There is a bizarre link between "Biggles" and "Just William". The model for "Captain" (in reality, never more than a Flying Officer, with some six weeks of combat experience) W.E. Johns' character derived from Air Commodore Cecil George Wigglesworth. Meanwhile Richmal Crompton was mudding up her brother, John Lamburn. Lamburn was first with the Rhodesian police, worked in China, and did war service with the RAF in Iceland under ... Wigglesworth. In passing, it might usefully be noted that W.E. Johns started his career inspecting the drains in Swaffham, and later rejected T.E.Lawrence as an RAF recruit.

Degrees of separation?

Johns might provide the starting point for a kind of literary goosechase. He would have scrutinised the sanitation outside Oakleigh House, offices of Kingdom and Kingdom. In front of those offices is the town sign showing the Pedlar of Swaffham, carved by the grammar school's art teacher, and nephew of Howard Carter, the excavator of Tutankhamun, and himself one-time resident of the town. TV's "Market Shipborough" is a composite of Swaffham, Hunstanton, Thetford (birthplace of Tom Paine) and Wells-next-the-Sea.

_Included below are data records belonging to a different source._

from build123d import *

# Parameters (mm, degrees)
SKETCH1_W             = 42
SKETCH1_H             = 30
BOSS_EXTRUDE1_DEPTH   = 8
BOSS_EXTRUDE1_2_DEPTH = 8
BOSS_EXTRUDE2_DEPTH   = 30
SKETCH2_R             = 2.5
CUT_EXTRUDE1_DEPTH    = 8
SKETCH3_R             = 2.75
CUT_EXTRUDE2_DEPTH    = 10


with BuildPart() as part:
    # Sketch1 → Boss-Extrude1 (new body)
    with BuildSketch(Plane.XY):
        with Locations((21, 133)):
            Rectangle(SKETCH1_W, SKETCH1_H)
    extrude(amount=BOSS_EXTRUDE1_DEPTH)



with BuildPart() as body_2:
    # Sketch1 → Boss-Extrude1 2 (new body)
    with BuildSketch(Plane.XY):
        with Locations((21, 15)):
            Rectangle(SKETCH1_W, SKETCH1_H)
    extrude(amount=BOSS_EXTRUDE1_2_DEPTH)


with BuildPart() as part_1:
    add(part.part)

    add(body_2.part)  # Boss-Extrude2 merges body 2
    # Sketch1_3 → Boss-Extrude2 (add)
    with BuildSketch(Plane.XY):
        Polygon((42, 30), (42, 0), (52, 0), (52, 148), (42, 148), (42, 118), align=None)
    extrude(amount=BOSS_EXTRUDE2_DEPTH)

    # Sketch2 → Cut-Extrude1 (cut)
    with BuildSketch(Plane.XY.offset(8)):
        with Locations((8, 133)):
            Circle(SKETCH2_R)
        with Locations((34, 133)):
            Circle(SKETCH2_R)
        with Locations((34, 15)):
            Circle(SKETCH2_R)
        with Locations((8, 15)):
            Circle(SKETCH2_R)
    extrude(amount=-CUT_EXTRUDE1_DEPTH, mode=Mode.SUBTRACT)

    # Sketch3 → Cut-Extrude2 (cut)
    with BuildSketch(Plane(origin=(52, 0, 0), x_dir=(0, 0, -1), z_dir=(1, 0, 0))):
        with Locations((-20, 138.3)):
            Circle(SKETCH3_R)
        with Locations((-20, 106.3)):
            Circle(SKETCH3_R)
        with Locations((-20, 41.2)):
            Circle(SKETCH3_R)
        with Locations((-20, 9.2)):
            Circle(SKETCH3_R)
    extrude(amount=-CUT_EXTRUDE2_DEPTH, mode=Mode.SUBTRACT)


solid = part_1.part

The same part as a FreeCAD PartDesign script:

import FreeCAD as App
import Part
import Sketcher

V = App.Vector


def add_polygon(sketch, points):
    """Adds a closed chain of lines whose ends are joined by coincident constraints."""
    first, n = sketch.GeometryCount, len(points)
    for a, b in zip(points, points[1:] + points[:1]):
        sketch.addGeometry(Part.LineSegment(App.Vector(*a, 0), App.Vector(*b, 0)), False)
    for i in range(n):
        sketch.addConstraint(Sketcher.Constraint("Coincident", first + i, 2, first + (i + 1) % n, 1))

doc = App.newDocument("Part")
params = doc.addObject("Spreadsheet::Sheet", "Params")
for row, (alias, value) in enumerate([
    ("sketch1_width", "42 mm"),
    ("sketch1_height", "30 mm"),
    ("pad1_length", "8 mm"),
    ("sketch2_width", "42 mm"),
    ("sketch2_height", "30 mm"),
    ("pad2_length", "8 mm"),
    ("sketch3_width", "10 mm"),
    ("sketch3_height", "148 mm"),
    ("pad3_length", "30 mm"),
    ("sketch4_diameter", "5 mm"),
    ("pocket1_length", "8 mm"),
    ("sketch5_diameter", "5.5 mm"),
    ("pocket2_length", "10 mm"),
], start=1):
    params.set(f"A{row}", alias)
    params.set(f"B{row}", "=" + value)
    params.setAlias(f"B{row}", alias)

body = doc.addObject("PartDesign::Body", "Body")

sketch1 = doc.addObject("Sketcher::SketchObject", "Sketch")
body.addObject(sketch1)
sketch1.AttachmentSupport = (doc.XY_Plane, [""])
sketch1.MapMode = "FlatFace"
add_polygon(sketch1, [(0, 148), (0, 118), (42, 118), (42, 148)])
sketch1.addConstraint(Sketcher.Constraint("Vertical", 0))
sketch1.addConstraint(Sketcher.Constraint("Horizontal", 1))
sketch1.addConstraint(Sketcher.Constraint("Vertical", 2))
sketch1.addConstraint(Sketcher.Constraint("Horizontal", 3))
sketch1.addConstraint(Sketcher.Constraint("PointOnObject", 0, 2, -2))
sketch1.addConstraint(Sketcher.Constraint("DistanceX", 1, 1, 1, 2, 42.0))
sketch1.addConstraint(Sketcher.Constraint("DistanceY", 0, 2, 0, 1, 30.0))
sketch1.addConstraint(Sketcher.Constraint("DistanceY", -1, 1, 0, 2, 118.0))
sketch1.setExpression("Constraints[9]", "Params.sketch1_width")
sketch1.setExpression("Constraints[10]", "Params.sketch1_height")
pad1 = doc.addObject("PartDesign::Pad", "Pad")
body.addObject(pad1)
pad1.Profile = sketch1
pad1.setExpression("Length", "Params.pad1_length")
body2 = doc.addObject("PartDesign::Body", "Body001")

sketch2 = doc.addObject("Sketcher::SketchObject", "Sketch001")
body2.addObject(sketch2)
sketch2.AttachmentSupport = (doc.getObject("XY_Plane001"), [""])
sketch2.MapMode = "FlatFace"
add_polygon(sketch2, [(0, 30), (0, 0), (42, 0), (42, 30)])
sketch2.addConstraint(Sketcher.Constraint("Vertical", 0))
sketch2.addConstraint(Sketcher.Constraint("Horizontal", 1))
sketch2.addConstraint(Sketcher.Constraint("Vertical", 2))
sketch2.addConstraint(Sketcher.Constraint("Horizontal", 3))
sketch2.addConstraint(Sketcher.Constraint("Coincident", 0, 2, -1, 1))
sketch2.addConstraint(Sketcher.Constraint("DistanceX", 1, 1, 1, 2, 42.0))
sketch2.addConstraint(Sketcher.Constraint("DistanceY", 0, 2, 0, 1, 30.0))
sketch2.setExpression("Constraints[9]", "Params.sketch2_width")
sketch2.setExpression("Constraints[10]", "Params.sketch2_height")
pad2 = doc.addObject("PartDesign::Pad", "Pad001")
body2.addObject(pad2)
pad2.Profile = sketch2
pad2.setExpression("Length", "Params.pad2_length")
body.AllowCompound = True
doc.recompute()

boolean = doc.addObject("PartDesign::Boolean", "Boolean")
body.addObject(boolean)
boolean.Type = "Fuse"
boolean.addObjects([body2])

sketch3 = doc.addObject("Sketcher::SketchObject", "Sketch002")
body.addObject(sketch3)
sketch3.AttachmentSupport = (doc.XY_Plane, [""])
sketch3.MapMode = "FlatFace"
add_polygon(sketch3, [(42, 0), (52, 0), (52, 148), (42, 148)])
sketch3.addConstraint(Sketcher.Constraint("Horizontal", 0))
sketch3.addConstraint(Sketcher.Constraint("Vertical", 1))
sketch3.addConstraint(Sketcher.Constraint("Horizontal", 2))
sketch3.addConstraint(Sketcher.Constraint("Vertical", 3))
sketch3.addConstraint(Sketcher.Constraint("PointOnObject", 0, 2, -1))
sketch3.addConstraint(Sketcher.Constraint("DistanceX", 0, 1, 0, 2, 10.0))
sketch3.addConstraint(Sketcher.Constraint("DistanceY", 1, 1, 1, 2, 148.0))
sketch3.addConstraint(Sketcher.Constraint("DistanceX", -1, 1, 0, 2, 52.0))
sketch3.setExpression("Constraints[9]", "Params.sketch3_width")
sketch3.setExpression("Constraints[10]", "Params.sketch3_height")
pad3 = doc.addObject("PartDesign::Pad", "Pad002")
body.addObject(pad3)
pad3.Profile = sketch3
pad3.setExpression("Length", "Params.pad3_length")

sketch4 = doc.addObject("Sketcher::SketchObject", "Sketch003")
body.addObject(sketch4)
sketch4.AttachmentSupport = (doc.XY_Plane, [""])
sketch4.MapMode = "FlatFace"
sketch4.AttachmentOffset = App.Placement(V(0, 0, 8), App.Rotation())
sketch4.addGeometry(Part.Circle(V(8, 133, 0), V(0, 0, 1), 2.5), False)
sketch4.addGeometry(Part.Circle(V(34, 133, 0), V(0, 0, 1), 2.5), False)
sketch4.addGeometry(Part.Circle(V(34, 15, 0), V(0, 0, 1), 2.5), False)
sketch4.addGeometry(Part.Circle(V(8, 15, 0), V(0, 0, 1), 2.5), False)
sketch4.addConstraint(Sketcher.Constraint("Equal", 0, 1))
sketch4.addConstraint(Sketcher.Constraint("Equal", 1, 2))
sketch4.addConstraint(Sketcher.Constraint("Equal", 2, 3))
sketch4.addConstraint(Sketcher.Constraint("Horizontal", 0, 3, 1, 3))
sketch4.addConstraint(Sketcher.Constraint("Horizontal", 2, 3, 3, 3))
sketch4.addConstraint(Sketcher.Constraint("Vertical", 1, 3, 2, 3))
sketch4.addConstraint(Sketcher.Constraint("Vertical", 0, 3, 3, 3))
sketch4.addConstraint(Sketcher.Constraint("Diameter", 0, 5.0))
sketch4.addConstraint(Sketcher.Constraint("DistanceX", -1, 1, 0, 3, 8.0))
sketch4.addConstraint(Sketcher.Constraint("DistanceY", -1, 1, 0, 3, 133.0))
sketch4.addConstraint(Sketcher.Constraint("DistanceX", -1, 1, 1, 3, 34.0))
sketch4.addConstraint(Sketcher.Constraint("DistanceY", -1, 1, 2, 3, 15.0))
sketch4.setExpression("Constraints[7]", "Params.sketch4_diameter")
pocket1 = doc.addObject("PartDesign::Pocket", "Pocket")
body.addObject(pocket1)
pocket1.Profile = sketch4
pocket1.setExpression("Length", "Params.pocket1_length")

sketch5 = doc.addObject("Sketcher::SketchObject", "Sketch004")
body.addObject(sketch5)
sketch5.AttachmentSupport = (doc.YZ_Plane, [""])
sketch5.MapMode = "FlatFace"
sketch5.AttachmentOffset = App.Placement(V(0, 0, 52), App.Rotation())
sketch5.addGeometry(Part.Circle(V(138.3, 20, 0), V(0, 0, 1), 2.8), False)
sketch5.addGeometry(Part.Circle(V(106.3, 20, 0), V(0, 0, 1), 2.8), False)
sketch5.addGeometry(Part.Circle(V(41.2, 20, 0), V(0, 0, 1), 2.8), False)
sketch5.addGeometry(Part.Circle(V(9.2, 20, 0), V(0, 0, 1), 2.8), False)
sketch5.addConstraint(Sketcher.Constraint("Equal", 0, 1))
sketch5.addConstraint(Sketcher.Constraint("Equal", 1, 2))
sketch5.addConstraint(Sketcher.Constraint("Equal", 2, 3))
sketch5.addConstraint(Sketcher.Constraint("Horizontal", 0, 3, 1, 3))
sketch5.addConstraint(Sketcher.Constraint("Horizontal", 1, 3, 2, 3))
sketch5.addConstraint(Sketcher.Constraint("Horizontal", 2, 3, 3, 3))
sketch5.addConstraint(Sketcher.Constraint("Diameter", 0, 5.5))
sketch5.addConstraint(Sketcher.Constraint("DistanceY", -1, 1, 0, 3, 20.0))
sketch5.addConstraint(Sketcher.Constraint("DistanceX", 1, 3, 0, 3, 32.0))
sketch5.addConstraint(Sketcher.Constraint("DistanceX", 3, 3, 2, 3, 32.0))
sketch5.addConstraint(Sketcher.Constraint("DistanceX", -1, 1, 0, 3, 138.3))
sketch5.addConstraint(Sketcher.Constraint("DistanceX", -1, 1, 2, 3, 41.2))
sketch5.setExpression("Constraints[6]", "Params.sketch5_diameter")
pocket2 = doc.addObject("PartDesign::Pocket", "Pocket001")
body.addObject(pocket2)
pocket2.Profile = sketch5
pocket2.setExpression("Length", "Params.pocket2_length")

doc.recompute()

It would not need much effort to link from those to Rider Haggard (born at East Bradenham), who would lead on to Indiana Jones or Jurassic Park. Or, in another direction, to Horatio Nelson, just down the road from Wells at Burnham, and one model for C.S. Forester's "Horatio Hornblower": the other is Thomas Cochrane. Cochrane also provided a model for "Jack Aubrey". One of Cochrane's midshipmen became Captain Marryat (another Norfolk resident). Marryat, indeed, established the sea-novel as a genre, providing the root for (along with the others already mentioned) Joseph Conrad and Hemingway.

Another road out of Wells and Burnham might take us to "Peter Scott's Lighthouse" on the Nene Cut. And that is in part inspiration for Paul Gallico's The Snow Goose, for which Peter Scott did the original illustrations, using his wife, Elizabeth Jane Howard, as the model for "Fritha". And Elizabeth Jane Howard's third husband was Kingsley Amis.

Whose Body?

Along the road we might have thought that was "Fenchurch St Paul", Dorothy Sayers' location for The Nine Tailors, the ninth Peter Wimsey mystery story. What we really saw was Walpole St Peter, or Terrington St Clement, two of England's finest churches.

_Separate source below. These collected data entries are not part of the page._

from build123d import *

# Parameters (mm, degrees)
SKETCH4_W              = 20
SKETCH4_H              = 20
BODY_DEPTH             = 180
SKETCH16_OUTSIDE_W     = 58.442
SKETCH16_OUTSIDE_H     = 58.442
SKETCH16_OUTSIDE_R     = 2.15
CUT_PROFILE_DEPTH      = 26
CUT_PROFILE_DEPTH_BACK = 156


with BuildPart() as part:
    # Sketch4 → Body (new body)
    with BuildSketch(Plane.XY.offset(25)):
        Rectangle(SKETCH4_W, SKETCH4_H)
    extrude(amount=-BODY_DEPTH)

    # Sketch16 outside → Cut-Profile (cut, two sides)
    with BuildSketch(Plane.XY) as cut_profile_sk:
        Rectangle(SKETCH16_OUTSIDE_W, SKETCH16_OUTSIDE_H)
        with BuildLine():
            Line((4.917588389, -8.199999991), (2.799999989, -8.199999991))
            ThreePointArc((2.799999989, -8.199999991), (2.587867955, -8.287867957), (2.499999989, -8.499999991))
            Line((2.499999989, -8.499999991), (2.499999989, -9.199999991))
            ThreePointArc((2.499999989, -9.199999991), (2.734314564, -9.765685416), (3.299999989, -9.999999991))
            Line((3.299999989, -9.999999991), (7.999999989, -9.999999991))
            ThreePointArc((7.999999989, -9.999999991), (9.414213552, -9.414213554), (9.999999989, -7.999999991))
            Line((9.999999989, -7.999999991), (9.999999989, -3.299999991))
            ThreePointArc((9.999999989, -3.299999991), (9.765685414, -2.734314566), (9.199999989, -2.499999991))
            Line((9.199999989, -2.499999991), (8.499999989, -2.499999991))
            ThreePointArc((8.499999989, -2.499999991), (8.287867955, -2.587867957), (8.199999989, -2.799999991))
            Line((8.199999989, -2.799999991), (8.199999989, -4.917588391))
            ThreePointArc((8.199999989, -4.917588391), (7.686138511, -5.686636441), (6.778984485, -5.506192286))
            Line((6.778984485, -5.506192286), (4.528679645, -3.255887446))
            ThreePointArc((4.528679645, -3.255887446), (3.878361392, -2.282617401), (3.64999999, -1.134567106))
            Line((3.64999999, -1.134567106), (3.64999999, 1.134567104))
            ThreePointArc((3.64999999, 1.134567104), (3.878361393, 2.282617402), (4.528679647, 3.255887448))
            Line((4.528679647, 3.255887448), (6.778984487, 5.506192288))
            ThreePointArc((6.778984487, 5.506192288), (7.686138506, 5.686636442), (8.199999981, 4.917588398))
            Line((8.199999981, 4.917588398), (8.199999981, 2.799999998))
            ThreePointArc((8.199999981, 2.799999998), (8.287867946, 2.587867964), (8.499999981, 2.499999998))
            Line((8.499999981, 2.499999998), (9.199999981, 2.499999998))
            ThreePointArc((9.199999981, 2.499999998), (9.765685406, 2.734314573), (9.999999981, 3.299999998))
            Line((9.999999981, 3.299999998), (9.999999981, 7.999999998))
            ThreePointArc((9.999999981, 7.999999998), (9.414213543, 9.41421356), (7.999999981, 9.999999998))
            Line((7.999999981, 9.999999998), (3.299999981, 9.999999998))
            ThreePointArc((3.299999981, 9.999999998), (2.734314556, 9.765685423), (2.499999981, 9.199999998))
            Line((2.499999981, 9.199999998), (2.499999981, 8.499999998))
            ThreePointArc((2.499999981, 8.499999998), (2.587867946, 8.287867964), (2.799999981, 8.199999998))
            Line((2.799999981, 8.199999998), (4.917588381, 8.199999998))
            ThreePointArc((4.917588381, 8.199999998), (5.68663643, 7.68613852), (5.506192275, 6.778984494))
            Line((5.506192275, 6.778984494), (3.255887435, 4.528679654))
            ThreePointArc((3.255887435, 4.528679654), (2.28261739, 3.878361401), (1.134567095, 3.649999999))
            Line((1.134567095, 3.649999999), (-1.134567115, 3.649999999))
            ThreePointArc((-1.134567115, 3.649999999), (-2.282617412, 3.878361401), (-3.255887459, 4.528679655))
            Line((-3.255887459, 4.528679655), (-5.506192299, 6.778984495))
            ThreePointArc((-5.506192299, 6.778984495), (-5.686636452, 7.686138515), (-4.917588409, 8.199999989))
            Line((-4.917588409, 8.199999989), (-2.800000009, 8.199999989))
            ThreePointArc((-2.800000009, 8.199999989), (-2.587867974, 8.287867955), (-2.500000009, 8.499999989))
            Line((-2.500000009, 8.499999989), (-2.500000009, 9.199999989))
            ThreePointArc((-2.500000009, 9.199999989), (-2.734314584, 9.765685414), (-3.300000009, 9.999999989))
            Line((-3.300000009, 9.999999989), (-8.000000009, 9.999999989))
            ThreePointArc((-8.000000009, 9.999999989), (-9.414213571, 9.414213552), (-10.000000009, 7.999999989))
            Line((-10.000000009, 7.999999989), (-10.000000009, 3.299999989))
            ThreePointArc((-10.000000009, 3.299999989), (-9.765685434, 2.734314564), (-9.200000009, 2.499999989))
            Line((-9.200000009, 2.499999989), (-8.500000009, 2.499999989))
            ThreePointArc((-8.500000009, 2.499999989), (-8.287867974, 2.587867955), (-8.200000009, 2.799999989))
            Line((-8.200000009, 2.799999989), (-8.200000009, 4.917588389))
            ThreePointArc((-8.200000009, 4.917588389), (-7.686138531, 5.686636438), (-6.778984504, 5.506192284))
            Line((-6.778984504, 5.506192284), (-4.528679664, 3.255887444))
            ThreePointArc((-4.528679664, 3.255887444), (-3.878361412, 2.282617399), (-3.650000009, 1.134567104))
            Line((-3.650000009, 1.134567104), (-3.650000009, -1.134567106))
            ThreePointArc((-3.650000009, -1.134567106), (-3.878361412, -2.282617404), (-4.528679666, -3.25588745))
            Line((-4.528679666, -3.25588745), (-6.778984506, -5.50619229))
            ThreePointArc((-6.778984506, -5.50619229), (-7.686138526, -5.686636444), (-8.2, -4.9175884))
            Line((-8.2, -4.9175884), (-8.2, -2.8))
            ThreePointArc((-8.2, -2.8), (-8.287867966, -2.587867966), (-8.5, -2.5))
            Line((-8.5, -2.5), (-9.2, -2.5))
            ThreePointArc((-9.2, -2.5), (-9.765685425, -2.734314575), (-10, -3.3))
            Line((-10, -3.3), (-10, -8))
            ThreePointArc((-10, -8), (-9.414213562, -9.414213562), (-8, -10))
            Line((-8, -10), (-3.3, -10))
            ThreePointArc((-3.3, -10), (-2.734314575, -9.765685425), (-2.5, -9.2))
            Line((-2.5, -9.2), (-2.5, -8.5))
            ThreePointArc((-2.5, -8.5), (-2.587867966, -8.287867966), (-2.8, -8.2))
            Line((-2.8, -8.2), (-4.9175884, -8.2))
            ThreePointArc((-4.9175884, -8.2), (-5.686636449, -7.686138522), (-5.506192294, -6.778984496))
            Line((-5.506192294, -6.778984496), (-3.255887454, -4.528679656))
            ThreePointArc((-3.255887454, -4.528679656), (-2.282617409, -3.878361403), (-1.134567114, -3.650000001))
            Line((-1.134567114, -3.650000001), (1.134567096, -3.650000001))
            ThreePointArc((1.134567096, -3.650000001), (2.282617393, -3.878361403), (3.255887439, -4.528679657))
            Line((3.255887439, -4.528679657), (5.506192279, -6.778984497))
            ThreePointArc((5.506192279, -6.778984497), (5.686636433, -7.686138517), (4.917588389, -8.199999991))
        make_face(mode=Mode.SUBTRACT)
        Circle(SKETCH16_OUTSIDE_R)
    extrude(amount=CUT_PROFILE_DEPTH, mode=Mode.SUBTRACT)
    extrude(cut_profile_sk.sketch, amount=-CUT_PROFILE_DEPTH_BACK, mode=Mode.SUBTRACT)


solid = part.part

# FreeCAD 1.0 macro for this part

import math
import FreeCAD as App
import Part
import Sketcher
Q = App.Units.Quantity

doc = App.newDocument("Part")
body = doc.addObject("PartDesign::Body", "Body")

# Sketch on XY plane
sketch1 = body.newObject("Sketcher::SketchObject", "Sketch")
sketch1.AttachmentSupport = (doc.getObject("XY_Plane"), [""])
sketch1.MapMode = "FlatFace"
sketch1.AttachmentOffset = App.Placement(App.Vector(0, 0, 25), App.Rotation())
sketch1.addGeometry([
    Part.LineSegment(App.Vector(-10, 10, 0), App.Vector(-10, -10, 0)),
    Part.LineSegment(App.Vector(-10, -10, 0), App.Vector(10, -10, 0)),
    Part.LineSegment(App.Vector(10, -10, 0), App.Vector(10, 10, 0)),
    Part.LineSegment(App.Vector(10, 10, 0), App.Vector(-10, 10, 0)),
], False)
sketch1.addConstraint([
    Sketcher.Constraint("Coincident", 0, 2, 1, 1),
    Sketcher.Constraint("Coincident", 1, 2, 2, 1),
    Sketcher.Constraint("Coincident", 2, 2, 3, 1),
    Sketcher.Constraint("Coincident", 3, 2, 0, 1),
    Sketcher.Constraint("Vertical", 0),
    Sketcher.Constraint("Horizontal", 1),
    Sketcher.Constraint("Vertical", 2),
    Sketcher.Constraint("Horizontal", 3),
    Sketcher.Constraint("Symmetric", 0, 2, 2, 2, -1, 1),
    Sketcher.Constraint("Equal", 3, 0),
    Sketcher.Constraint("DistanceX", 1, 1, 1, 2, Q("20 mm")),
])
pad1 = body.newObject("PartDesign::Pad", "Pad")
pad1.Profile = sketch1
pad1.Length = 180
pad1.Reversed = True

# Sketch on XY plane
sketch2 = body.newObject("Sketcher::SketchObject", "Sketch001")
sketch2.AttachmentSupport = (doc.getObject("XY_Plane"), [""])
sketch2.MapMode = "FlatFace"
sketch2.addGeometry([
    Part.LineSegment(App.Vector(-29.22, 29.22, 0), App.Vector(-29.22, -29.22, 0)),  # 0
    Part.LineSegment(App.Vector(-29.22, -29.22, 0), App.Vector(29.22, -29.22, 0)),  # 1
    Part.LineSegment(App.Vector(29.22, -29.22, 0), App.Vector(29.22, 29.22, 0)),  # 2
    Part.LineSegment(App.Vector(29.22, 29.22, 0), App.Vector(-29.22, 29.22, 0)),  # 3
    Part.LineSegment(App.Vector(2.8, -8.2, 0), App.Vector(4.92, -8.2, 0)),  # 4
    Part.ArcOfCircle(Part.Circle(App.Vector(4.92, -7.37, 0), App.Vector(0, 0, 1), 0.83), math.radians(-90), math.radians(45)),  # 5
    Part.LineSegment(App.Vector(5.51, -6.78, 0), App.Vector(3.26, -4.53, 0)),  # 6
    Part.ArcOfCircle(Part.Circle(App.Vector(1.13, -6.65, 0), App.Vector(0, 0, 1), 3), math.radians(45), math.radians(90)),  # 7
    Part.LineSegment(App.Vector(1.13, -3.65, 0), App.Vector(-1.13, -3.65, 0)),  # 8
    Part.ArcOfCircle(Part.Circle(App.Vector(-1.13, -6.65, 0), App.Vector(0, 0, 1), 3), math.radians(90), math.radians(135)),  # 9
    Part.LineSegment(App.Vector(-3.26, -4.53, 0), App.Vector(-5.51, -6.78, 0)),  # 10
    Part.ArcOfCircle(Part.Circle(App.Vector(-4.92, -7.37, 0), App.Vector(0, 0, 1), 0.83), math.radians(135), math.radians(270)),  # 11
    Part.LineSegment(App.Vector(-4.92, -8.2, 0), App.Vector(-2.8, -8.2, 0)),  # 12
    Part.ArcOfCircle(Part.Circle(App.Vector(-2.8, -8.5, 0), App.Vector(0, 0, 1), 0.3), math.radians(0), math.radians(90)),  # 13
    Part.LineSegment(App.Vector(-2.5, -8.5, 0), App.Vector(-2.5, -9.2, 0)),  # 14
    Part.ArcOfCircle(Part.Circle(App.Vector(-3.3, -9.2, 0), App.Vector(0, 0, 1), 0.8), math.radians(-90), math.radians(0)),  # 15
    Part.LineSegment(App.Vector(-3.3, -10, 0), App.Vector(-8, -10, 0)),  # 16
    Part.ArcOfCircle(Part.Circle(App.Vector(-8, -8, 0), App.Vector(0, 0, 1), 2), math.radians(-180), math.radians(-90)),  # 17
    Part.LineSegment(App.Vector(-10, -8, 0), App.Vector(-10, -3.3, 0)),  # 18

The first of those "Peter Wimsey" novels was Whose Body? But who was Wimsey? Was it Charles Crichton, a former cavalry officer and Old Etonian? Or Sayers's husband? Or Eric Whelpton, travel writer and teacher (and who usually gets the part), whom she met in Oxford in 1918, when he was invalided from the Army, and for whom she felt an unreturned infatuation?

Back to "Boot" and Waugh

Malcolm started with "William Boot" fictionalised from Bill Deedes. He returns to Evelyn Waugh for the last of these fanciful flights: to "Sebastian Flyte", indeed.

"Flyte" in Brideshead Revisited is, in part, Waugh's Oxford contemporary and friend Alastair Graham: the original manuscript voccasionally Freudian-slips the name "Alastair" rather than "Sebastian". Elements of Stephen Tennant (also "Cedric Hampton" for Nancy Mitford) were also included. Another model was Hugh Lygon, the second son of Earl Beauchamp. Lygon, also in Waugh's Oxford set, had his home at Madresfield Court, Great Malvern, which provided another seed for the novel.

His (dis)Grace, the Duke

More interesting, perhaps, is the model for "Lord Marchmain". William Lygon, Earl Beauchamp (image on right), was, to be generous, bisexual. This was retailed to George V by Beauchamp's brother-in-law, Hugh Grosvenor, the Duke of Westminster (who inherited "a guinea a minute" from his rents, when he succeeded to the title in 1900: picture left).

Grosvenor (who, ironically, went by the nickname "Bendor") had political motives besides personal spite: he was an extreme rightwinger (associated with the anti-semitic Right Club of the fascistic and Section 18B detainee, Captain Ramsay) and saw the "outing" of Beauchamp as a weapon against the Liberals. "Bendor" was also a sexual predator and serial adulterer, albeit respectably heterosexual in his tastes.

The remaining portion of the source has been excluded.